Para Peter Medawar, premio Nobel de Medicina en 1960, los virus eran un conjunto de “malas noticias envueltas en proteína”. Aunque no responde a ningún criterio científico, esta definición refleja perfectamente la percepción que tenemos de la pandemia del coronavirus SARS-CoV-2 en estos días de confinamiento.
Las “malas noticias” en un virus pueden venir escritas en dos “alfabetos” ligeramente distintos, según su genoma sea de ADN o ARN. Los coronavirus (familia Coronaviridae) constituyen uno de los grupos de virus con el genoma de ARN más largo que se conoce. La información que contiene puede servir para sintetizar al menos 16 proteínas.
Las más esenciales son las que le permiten hacer copias de su propio genoma, las que protegen su ARN y las que le permiten entrar en la célula que va a infectar.
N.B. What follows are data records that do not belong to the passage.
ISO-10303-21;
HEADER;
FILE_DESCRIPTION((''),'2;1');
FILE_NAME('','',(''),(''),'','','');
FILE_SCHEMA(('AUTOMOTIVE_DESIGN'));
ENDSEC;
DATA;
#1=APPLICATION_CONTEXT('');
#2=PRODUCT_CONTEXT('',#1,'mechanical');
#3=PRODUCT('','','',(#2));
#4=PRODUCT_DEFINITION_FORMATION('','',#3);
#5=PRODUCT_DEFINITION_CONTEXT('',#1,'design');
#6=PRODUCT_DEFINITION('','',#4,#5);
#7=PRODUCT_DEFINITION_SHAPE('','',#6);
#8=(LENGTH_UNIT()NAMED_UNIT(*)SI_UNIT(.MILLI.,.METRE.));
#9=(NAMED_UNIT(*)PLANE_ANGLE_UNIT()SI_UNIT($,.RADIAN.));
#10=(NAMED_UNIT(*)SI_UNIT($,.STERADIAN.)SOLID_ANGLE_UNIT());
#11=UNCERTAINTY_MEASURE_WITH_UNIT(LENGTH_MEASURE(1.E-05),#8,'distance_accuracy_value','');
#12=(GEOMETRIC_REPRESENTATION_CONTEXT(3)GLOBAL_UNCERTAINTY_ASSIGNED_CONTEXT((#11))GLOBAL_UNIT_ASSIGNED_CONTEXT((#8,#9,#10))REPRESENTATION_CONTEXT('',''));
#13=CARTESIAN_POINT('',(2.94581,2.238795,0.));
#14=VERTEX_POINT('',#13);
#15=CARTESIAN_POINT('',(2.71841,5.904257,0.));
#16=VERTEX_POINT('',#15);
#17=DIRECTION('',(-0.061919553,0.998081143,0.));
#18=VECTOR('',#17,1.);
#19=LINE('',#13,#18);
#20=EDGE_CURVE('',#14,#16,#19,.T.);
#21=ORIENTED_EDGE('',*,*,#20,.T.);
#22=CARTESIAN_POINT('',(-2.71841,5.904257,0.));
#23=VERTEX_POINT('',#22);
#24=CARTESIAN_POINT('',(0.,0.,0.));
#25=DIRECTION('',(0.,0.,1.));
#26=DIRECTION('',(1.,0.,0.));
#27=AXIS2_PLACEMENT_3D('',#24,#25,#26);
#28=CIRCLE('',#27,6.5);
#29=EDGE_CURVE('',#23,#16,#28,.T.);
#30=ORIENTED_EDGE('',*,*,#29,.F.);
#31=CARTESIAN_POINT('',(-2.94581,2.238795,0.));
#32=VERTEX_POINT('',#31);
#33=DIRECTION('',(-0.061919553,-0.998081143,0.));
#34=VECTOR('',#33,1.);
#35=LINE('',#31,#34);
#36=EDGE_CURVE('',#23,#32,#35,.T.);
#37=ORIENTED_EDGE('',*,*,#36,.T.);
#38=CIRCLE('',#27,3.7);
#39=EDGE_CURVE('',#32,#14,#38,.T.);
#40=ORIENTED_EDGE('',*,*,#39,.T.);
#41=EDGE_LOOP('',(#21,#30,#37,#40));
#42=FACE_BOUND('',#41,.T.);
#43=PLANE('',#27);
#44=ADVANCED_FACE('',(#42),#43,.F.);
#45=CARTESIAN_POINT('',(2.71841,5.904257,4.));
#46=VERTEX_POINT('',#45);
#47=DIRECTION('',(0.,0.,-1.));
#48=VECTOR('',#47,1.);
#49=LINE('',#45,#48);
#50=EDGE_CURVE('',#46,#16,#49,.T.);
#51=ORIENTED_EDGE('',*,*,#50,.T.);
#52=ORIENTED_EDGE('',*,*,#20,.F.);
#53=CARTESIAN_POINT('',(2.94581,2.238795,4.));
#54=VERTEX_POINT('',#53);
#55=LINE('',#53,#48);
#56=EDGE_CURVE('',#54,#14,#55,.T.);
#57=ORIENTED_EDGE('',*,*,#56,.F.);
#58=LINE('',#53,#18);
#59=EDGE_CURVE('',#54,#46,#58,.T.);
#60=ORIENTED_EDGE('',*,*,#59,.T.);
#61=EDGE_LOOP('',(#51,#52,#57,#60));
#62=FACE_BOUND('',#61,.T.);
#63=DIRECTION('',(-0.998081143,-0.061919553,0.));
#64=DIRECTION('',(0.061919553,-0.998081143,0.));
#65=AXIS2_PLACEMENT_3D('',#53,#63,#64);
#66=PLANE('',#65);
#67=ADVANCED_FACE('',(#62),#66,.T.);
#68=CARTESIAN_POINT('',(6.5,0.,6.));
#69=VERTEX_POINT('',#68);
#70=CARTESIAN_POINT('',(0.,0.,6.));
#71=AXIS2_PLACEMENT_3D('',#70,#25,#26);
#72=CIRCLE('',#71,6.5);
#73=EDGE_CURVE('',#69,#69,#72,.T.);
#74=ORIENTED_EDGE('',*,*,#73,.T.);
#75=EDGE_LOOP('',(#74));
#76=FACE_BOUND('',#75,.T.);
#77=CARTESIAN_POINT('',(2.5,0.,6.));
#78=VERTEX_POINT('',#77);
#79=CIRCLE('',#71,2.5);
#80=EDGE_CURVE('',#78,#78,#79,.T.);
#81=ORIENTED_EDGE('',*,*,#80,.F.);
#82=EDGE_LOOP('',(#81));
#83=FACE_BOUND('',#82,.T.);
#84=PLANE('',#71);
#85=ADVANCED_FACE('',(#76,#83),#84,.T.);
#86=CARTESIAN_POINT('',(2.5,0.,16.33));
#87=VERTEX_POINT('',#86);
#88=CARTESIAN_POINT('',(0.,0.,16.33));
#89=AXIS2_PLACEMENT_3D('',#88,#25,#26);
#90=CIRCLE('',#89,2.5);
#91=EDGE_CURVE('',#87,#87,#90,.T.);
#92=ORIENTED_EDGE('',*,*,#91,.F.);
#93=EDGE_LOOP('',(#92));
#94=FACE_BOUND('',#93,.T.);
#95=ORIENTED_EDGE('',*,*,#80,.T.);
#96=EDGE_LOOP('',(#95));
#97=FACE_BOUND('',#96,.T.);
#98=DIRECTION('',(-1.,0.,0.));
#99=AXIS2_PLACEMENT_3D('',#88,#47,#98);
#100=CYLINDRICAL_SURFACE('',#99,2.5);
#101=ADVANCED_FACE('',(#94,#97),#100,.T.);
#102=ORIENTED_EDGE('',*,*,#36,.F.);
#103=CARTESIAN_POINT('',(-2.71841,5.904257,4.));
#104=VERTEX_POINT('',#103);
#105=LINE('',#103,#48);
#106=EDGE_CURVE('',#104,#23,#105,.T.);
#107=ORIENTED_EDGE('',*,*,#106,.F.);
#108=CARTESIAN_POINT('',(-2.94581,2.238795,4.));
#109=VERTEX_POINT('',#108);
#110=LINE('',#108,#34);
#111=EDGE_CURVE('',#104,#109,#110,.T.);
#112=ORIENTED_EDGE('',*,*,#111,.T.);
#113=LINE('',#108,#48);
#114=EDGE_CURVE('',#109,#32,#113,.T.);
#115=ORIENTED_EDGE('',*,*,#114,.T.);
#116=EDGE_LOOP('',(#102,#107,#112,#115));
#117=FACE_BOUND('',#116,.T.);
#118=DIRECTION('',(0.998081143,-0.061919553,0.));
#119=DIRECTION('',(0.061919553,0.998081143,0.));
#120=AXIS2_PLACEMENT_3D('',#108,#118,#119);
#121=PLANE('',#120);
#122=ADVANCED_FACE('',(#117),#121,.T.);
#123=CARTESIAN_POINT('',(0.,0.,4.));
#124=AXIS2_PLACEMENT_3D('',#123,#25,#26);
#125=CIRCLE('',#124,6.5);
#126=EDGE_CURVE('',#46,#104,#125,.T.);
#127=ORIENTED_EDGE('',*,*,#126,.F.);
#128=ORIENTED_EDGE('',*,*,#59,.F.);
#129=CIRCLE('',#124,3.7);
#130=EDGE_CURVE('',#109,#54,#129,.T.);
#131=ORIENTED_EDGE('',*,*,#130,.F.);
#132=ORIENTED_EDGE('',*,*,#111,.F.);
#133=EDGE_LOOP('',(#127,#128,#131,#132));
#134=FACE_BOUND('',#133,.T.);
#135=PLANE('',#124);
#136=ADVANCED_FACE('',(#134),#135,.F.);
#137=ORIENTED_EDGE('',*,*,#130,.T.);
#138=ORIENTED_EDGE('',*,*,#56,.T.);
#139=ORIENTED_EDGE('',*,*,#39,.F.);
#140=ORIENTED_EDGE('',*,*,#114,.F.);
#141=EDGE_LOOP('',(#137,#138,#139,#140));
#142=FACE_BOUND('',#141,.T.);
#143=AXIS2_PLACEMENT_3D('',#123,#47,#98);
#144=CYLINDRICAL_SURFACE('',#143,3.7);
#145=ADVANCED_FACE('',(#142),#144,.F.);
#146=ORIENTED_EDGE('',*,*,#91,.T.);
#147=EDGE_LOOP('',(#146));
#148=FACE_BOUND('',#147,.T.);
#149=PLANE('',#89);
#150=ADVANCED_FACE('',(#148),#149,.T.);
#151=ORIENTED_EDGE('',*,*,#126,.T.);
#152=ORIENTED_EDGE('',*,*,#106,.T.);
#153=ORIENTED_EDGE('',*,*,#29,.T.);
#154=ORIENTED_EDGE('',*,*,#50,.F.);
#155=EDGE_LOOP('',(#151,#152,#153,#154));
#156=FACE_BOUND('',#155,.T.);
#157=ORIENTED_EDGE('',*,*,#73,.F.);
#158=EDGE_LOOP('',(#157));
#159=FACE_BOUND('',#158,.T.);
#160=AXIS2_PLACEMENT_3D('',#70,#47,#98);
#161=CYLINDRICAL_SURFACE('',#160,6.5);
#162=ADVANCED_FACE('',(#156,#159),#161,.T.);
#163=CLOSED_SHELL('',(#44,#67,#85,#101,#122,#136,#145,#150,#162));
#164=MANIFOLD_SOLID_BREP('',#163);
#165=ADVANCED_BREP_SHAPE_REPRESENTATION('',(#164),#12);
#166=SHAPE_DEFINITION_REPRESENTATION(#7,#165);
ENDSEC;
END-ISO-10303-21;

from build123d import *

# Parameters (mm, degrees)
SKETCH4_R           = 6.5
BOSS_EXTRUDE1_DEPTH = 6
CUT_EXTRUDE2_DEPTH  = 4
SKETCH7_R           = 2.5
BOSS_EXTRUDE2_DEPTH = 10.33


with BuildPart() as part:
    # Sketch4 → Boss-Extrude1 (new body)
    with BuildSketch(Plane.XY):
        Circle(SKETCH4_R)
    extrude(amount=BOSS_EXTRUDE1_DEPTH)

    # Sketch6 → Cut-Extrude2 (cut)
    with BuildSketch(Plane.XY):
        with BuildLine():
            Line((2.945810333, 2.23879465), (2.718410219, 5.90425659))
            ThreePointArc((2.718410219, 5.90425659), (0, 6.5), (-2.718410219, 5.90425659))
            Line((-2.718410219, 5.90425659), (-2.945810333, 2.23879465))
            ThreePointArc((-2.945810333, 2.23879465), (0, -3.7), (2.945810333, 2.23879465))
        make_face()
    extrude(amount=CUT_EXTRUDE2_DEPTH, mode=Mode.SUBTRACT)

    # Sketch7 → Boss-Extrude2 (add)
    with BuildSketch(Plane.XY.offset(6)):
        Circle(SKETCH7_R)
    extrude(amount=BOSS_EXTRUDE2_DEPTH)


solid = part.part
Esta última es una proteína que contiene azúcares en su esqueleto y que se proyecta a modo de espículas (proteína S, de spike en inglés) desde la envuelta hacia el exterior. Al microscopio electrónico crean una imagen que recuerda a una corona, de ahí el nombre del virus.
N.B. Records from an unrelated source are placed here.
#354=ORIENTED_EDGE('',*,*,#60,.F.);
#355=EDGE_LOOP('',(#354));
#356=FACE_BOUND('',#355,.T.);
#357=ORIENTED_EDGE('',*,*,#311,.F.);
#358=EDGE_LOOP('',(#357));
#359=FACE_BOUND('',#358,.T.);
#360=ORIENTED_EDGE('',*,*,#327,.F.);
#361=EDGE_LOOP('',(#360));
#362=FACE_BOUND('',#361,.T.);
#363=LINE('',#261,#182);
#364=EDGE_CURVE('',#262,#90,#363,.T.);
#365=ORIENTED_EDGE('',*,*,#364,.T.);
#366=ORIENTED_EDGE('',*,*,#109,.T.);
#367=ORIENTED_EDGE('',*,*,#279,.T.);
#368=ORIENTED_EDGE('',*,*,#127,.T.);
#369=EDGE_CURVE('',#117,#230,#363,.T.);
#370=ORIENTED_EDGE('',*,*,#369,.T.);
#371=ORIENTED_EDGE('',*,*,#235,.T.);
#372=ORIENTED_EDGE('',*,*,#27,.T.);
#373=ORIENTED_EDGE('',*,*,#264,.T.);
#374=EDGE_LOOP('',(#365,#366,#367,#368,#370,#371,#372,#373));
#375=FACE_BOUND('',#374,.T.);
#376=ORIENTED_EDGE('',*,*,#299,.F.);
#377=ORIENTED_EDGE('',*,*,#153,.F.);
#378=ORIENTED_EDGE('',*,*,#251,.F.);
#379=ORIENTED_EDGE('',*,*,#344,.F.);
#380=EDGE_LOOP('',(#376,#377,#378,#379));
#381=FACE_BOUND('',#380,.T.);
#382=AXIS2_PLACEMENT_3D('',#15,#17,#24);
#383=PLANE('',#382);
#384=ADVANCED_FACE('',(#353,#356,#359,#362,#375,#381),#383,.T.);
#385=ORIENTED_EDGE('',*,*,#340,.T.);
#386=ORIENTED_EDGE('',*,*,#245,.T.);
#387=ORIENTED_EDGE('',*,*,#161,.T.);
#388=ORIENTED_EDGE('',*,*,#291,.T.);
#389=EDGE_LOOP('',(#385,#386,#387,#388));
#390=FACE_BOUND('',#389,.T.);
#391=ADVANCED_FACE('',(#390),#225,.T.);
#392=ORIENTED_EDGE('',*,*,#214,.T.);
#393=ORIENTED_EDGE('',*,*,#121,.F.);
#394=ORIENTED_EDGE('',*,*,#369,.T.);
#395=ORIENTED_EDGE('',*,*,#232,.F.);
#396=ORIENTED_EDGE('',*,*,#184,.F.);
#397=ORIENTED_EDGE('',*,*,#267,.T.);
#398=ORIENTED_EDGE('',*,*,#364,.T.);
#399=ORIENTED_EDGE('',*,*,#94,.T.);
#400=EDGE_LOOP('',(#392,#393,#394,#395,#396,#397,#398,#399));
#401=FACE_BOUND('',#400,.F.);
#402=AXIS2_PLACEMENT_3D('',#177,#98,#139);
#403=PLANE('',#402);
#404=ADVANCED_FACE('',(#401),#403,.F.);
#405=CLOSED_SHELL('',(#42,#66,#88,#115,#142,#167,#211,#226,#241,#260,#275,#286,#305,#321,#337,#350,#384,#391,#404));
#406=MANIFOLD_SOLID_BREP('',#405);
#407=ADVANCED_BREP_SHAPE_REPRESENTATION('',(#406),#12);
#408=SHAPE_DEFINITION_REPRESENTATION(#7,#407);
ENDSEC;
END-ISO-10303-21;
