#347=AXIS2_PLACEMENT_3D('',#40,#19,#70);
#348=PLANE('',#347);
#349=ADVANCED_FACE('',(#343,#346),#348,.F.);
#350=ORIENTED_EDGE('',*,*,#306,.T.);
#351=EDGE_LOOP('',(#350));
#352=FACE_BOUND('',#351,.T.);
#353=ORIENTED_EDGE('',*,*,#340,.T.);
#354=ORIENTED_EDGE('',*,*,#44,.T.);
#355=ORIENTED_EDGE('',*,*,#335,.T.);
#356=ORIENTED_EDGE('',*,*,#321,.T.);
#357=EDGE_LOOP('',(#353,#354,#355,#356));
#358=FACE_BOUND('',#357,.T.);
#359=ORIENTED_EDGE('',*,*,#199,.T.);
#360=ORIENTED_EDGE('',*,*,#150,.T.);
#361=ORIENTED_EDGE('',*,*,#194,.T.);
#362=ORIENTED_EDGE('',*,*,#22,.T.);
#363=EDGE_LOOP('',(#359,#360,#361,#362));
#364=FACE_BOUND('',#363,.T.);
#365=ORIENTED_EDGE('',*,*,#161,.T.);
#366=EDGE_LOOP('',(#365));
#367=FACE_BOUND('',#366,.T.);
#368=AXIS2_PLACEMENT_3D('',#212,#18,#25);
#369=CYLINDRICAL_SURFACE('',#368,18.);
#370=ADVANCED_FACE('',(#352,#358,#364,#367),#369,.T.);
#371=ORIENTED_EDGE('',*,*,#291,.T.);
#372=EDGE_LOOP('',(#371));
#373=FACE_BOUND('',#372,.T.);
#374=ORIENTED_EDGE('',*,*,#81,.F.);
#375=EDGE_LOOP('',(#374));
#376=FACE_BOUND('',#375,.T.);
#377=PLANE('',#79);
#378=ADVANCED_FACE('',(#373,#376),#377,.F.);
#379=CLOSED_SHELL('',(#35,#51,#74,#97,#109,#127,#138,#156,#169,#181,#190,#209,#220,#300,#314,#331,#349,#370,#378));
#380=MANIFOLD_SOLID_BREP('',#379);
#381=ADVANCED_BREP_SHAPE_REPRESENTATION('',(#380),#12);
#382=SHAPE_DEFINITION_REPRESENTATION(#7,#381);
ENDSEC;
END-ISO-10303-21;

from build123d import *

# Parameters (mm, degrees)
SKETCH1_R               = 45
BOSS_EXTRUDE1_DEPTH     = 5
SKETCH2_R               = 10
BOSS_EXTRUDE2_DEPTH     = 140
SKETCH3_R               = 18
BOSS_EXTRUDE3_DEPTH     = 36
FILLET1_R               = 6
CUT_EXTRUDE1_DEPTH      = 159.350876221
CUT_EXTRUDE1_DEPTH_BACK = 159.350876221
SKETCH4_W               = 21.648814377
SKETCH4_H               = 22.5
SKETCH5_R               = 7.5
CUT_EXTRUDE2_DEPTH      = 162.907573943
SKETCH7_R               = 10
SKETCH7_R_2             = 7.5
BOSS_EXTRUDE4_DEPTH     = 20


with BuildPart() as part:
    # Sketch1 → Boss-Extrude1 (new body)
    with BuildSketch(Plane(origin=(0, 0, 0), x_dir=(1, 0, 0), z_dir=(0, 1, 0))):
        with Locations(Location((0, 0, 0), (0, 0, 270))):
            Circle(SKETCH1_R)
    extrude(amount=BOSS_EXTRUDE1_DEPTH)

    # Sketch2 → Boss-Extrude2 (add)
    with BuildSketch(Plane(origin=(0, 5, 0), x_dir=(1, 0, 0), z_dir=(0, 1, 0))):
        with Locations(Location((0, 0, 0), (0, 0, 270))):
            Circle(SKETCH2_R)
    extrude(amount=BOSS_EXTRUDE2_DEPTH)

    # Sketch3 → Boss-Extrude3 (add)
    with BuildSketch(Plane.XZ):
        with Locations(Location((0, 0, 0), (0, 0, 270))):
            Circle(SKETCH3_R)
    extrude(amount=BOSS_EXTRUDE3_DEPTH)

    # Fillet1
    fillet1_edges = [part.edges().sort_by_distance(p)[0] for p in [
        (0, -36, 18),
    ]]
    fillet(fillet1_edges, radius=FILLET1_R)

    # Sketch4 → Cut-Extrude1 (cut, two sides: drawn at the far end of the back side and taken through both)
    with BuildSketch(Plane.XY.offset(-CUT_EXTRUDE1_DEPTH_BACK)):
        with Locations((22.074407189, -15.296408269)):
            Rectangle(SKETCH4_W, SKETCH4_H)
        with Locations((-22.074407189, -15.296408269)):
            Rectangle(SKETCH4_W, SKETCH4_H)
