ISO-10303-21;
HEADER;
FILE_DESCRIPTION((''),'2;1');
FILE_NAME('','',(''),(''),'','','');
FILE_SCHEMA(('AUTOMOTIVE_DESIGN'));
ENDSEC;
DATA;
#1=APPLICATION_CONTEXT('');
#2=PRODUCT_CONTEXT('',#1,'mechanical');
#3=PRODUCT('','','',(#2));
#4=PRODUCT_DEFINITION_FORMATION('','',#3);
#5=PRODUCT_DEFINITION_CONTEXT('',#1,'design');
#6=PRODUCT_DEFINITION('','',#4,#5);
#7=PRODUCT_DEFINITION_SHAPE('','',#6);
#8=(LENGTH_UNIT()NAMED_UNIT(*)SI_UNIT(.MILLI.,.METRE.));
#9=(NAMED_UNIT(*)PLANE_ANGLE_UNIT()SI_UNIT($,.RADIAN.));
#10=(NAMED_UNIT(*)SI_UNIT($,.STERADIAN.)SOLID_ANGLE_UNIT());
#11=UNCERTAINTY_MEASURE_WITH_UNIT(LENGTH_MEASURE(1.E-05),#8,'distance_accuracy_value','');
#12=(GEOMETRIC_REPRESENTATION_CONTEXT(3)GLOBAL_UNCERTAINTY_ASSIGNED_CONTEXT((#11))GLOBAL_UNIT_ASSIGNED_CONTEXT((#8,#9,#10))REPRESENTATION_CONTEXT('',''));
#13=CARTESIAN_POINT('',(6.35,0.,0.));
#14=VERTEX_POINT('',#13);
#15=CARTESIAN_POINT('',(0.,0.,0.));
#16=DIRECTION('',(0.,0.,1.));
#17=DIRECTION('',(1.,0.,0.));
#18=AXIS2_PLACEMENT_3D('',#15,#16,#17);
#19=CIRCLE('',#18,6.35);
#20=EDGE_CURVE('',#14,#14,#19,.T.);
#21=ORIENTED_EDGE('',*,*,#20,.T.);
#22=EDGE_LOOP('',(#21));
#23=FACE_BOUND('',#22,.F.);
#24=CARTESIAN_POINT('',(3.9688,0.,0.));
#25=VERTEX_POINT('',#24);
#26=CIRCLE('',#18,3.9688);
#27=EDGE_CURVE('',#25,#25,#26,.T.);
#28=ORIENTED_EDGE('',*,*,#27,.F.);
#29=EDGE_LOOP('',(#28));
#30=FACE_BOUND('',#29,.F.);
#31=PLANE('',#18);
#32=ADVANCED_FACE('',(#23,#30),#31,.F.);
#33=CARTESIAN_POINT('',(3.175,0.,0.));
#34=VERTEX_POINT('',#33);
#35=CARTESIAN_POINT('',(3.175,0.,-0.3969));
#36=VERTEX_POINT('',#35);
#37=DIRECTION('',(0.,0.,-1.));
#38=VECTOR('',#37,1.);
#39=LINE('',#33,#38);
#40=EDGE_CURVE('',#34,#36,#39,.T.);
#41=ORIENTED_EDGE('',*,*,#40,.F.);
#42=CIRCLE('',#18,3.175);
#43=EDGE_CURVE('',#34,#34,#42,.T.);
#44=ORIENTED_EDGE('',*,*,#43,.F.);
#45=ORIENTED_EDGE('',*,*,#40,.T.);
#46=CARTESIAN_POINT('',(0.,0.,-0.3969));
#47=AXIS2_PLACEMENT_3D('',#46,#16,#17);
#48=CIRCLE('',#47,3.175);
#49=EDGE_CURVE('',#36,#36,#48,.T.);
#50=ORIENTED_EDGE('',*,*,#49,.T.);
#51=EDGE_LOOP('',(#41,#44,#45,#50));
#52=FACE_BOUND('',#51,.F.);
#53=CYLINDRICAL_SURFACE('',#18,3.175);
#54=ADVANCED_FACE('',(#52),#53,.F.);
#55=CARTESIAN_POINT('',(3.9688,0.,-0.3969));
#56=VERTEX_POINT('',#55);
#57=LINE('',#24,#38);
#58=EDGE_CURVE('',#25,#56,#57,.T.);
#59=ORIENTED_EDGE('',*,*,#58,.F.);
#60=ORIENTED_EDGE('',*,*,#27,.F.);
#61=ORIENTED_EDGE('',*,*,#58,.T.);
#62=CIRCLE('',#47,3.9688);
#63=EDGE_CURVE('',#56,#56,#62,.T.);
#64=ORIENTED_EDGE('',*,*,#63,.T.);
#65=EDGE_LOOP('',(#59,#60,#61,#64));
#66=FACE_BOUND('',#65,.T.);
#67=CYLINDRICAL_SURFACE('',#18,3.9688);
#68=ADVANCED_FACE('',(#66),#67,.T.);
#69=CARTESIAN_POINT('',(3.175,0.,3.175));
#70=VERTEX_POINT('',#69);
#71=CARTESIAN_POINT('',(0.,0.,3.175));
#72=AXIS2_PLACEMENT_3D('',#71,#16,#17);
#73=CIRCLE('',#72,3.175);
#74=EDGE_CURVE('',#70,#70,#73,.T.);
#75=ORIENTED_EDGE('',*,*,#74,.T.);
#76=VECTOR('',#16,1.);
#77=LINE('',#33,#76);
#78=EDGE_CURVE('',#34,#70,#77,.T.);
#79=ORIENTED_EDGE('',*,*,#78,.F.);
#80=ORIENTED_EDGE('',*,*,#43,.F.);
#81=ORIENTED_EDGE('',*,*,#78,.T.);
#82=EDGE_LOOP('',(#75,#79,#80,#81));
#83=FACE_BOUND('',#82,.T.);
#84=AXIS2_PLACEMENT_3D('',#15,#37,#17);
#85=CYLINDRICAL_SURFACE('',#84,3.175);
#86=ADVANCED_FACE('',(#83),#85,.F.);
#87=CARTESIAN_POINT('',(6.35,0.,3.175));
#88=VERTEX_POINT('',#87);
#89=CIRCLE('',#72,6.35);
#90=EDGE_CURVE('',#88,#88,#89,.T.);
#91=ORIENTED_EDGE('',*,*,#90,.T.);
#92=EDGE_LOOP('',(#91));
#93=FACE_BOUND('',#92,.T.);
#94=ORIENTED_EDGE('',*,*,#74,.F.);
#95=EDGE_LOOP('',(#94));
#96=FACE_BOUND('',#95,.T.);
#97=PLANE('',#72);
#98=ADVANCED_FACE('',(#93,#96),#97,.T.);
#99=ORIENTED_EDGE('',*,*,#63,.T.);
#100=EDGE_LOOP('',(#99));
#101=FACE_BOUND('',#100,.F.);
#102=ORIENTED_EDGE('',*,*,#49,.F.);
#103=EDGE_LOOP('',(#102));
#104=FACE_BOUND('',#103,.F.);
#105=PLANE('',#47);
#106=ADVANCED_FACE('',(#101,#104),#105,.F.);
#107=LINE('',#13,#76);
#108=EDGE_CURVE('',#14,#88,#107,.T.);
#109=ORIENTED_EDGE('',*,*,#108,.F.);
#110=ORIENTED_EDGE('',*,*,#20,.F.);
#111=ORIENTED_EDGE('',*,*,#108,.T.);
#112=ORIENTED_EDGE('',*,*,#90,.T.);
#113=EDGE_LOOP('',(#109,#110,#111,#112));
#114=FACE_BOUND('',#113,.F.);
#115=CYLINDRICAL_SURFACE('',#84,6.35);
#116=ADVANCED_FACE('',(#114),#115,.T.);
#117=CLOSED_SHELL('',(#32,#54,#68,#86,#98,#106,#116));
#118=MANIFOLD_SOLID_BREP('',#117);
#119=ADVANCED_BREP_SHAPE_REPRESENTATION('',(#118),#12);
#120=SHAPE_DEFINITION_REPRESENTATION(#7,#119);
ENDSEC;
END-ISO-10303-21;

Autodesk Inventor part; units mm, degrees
ref_plane "YZ Plane" through (0, 0, 0) normal (1, 0, 0) x (0, 1, 0)
ref_plane "XZ Plane" through (0, 0, 0) normal (0, 1, 0) x (-1, 0, 0)
ref_plane "XY Plane" through (0, 0, 0) normal (0, 0, 1) x (1, 0, 0)
sketch "Sketch1" plane through (0, 0, 0) normal (0, 0, 1) x (1, 0, 0)
  circle A0 centre (0, 0) radius 3.175
  circle A1 centre (0, 0) radius 6.35
  circle A2 centre (0, 0) radius 3.9688
  dimension "d0" = 6.35
  dimension "d1" = 12.7
  dimension "d4" = 7.9375
extrude "Extrusion1" add sketch "Sketch1" along normal blind 3.175 contours A1 | A2
extrude "Extrusion2" add sketch "Sketch1" against normal blind 0.3969 contours A2
properties part number "Plastic Gear Bushing"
La fidelidad de copia de las moléculas de ARN viral es siempre mucho menor que las de ADN, por lo que los virus de ARN tienden a acumular más mutaciones y adaptarse a nuevos huéspedes con más facilidad que los que poseen un genoma de ADN. Dentro de los virus con genoma de ARN, los coronavirus son una excepción: poseen un sistema de corrección de copia que hace que muestren una menor variabilidad.
La secuenciación de más 11 000 genomas del SARS-CoV-2 ha puesto de manifiesto que tiene un ritmo de mutación 1 000 veces más lento que el de la gripe o el VIH. Por otro lado, los virus con genoma de ADN son generalmente más difíciles de eliminar porque algunos de ellos pueden producir infecciones latentes o incluso integrarse en el genoma del huésped (esto último también ocurre con los virus de ARN de la familia de los retrovirus).
Los coronavirus humanos se conocen desde hace muchos años y la mayoría de ellos están relacionados con resfriados o afecciones respiratorias leves. En el año 2002 apareció en China el primero letal para los humanos, el SARS-CoV (nombre que proviene de “síndrome respiratorio agudo severo”), que infectó a alrededor de 8 000 personas causando la muerte de 800, lo que supone una tasa de mortalidad del 10 %.
Desapareció en la primavera de 2004 y desde entonces no ha causado más problemas.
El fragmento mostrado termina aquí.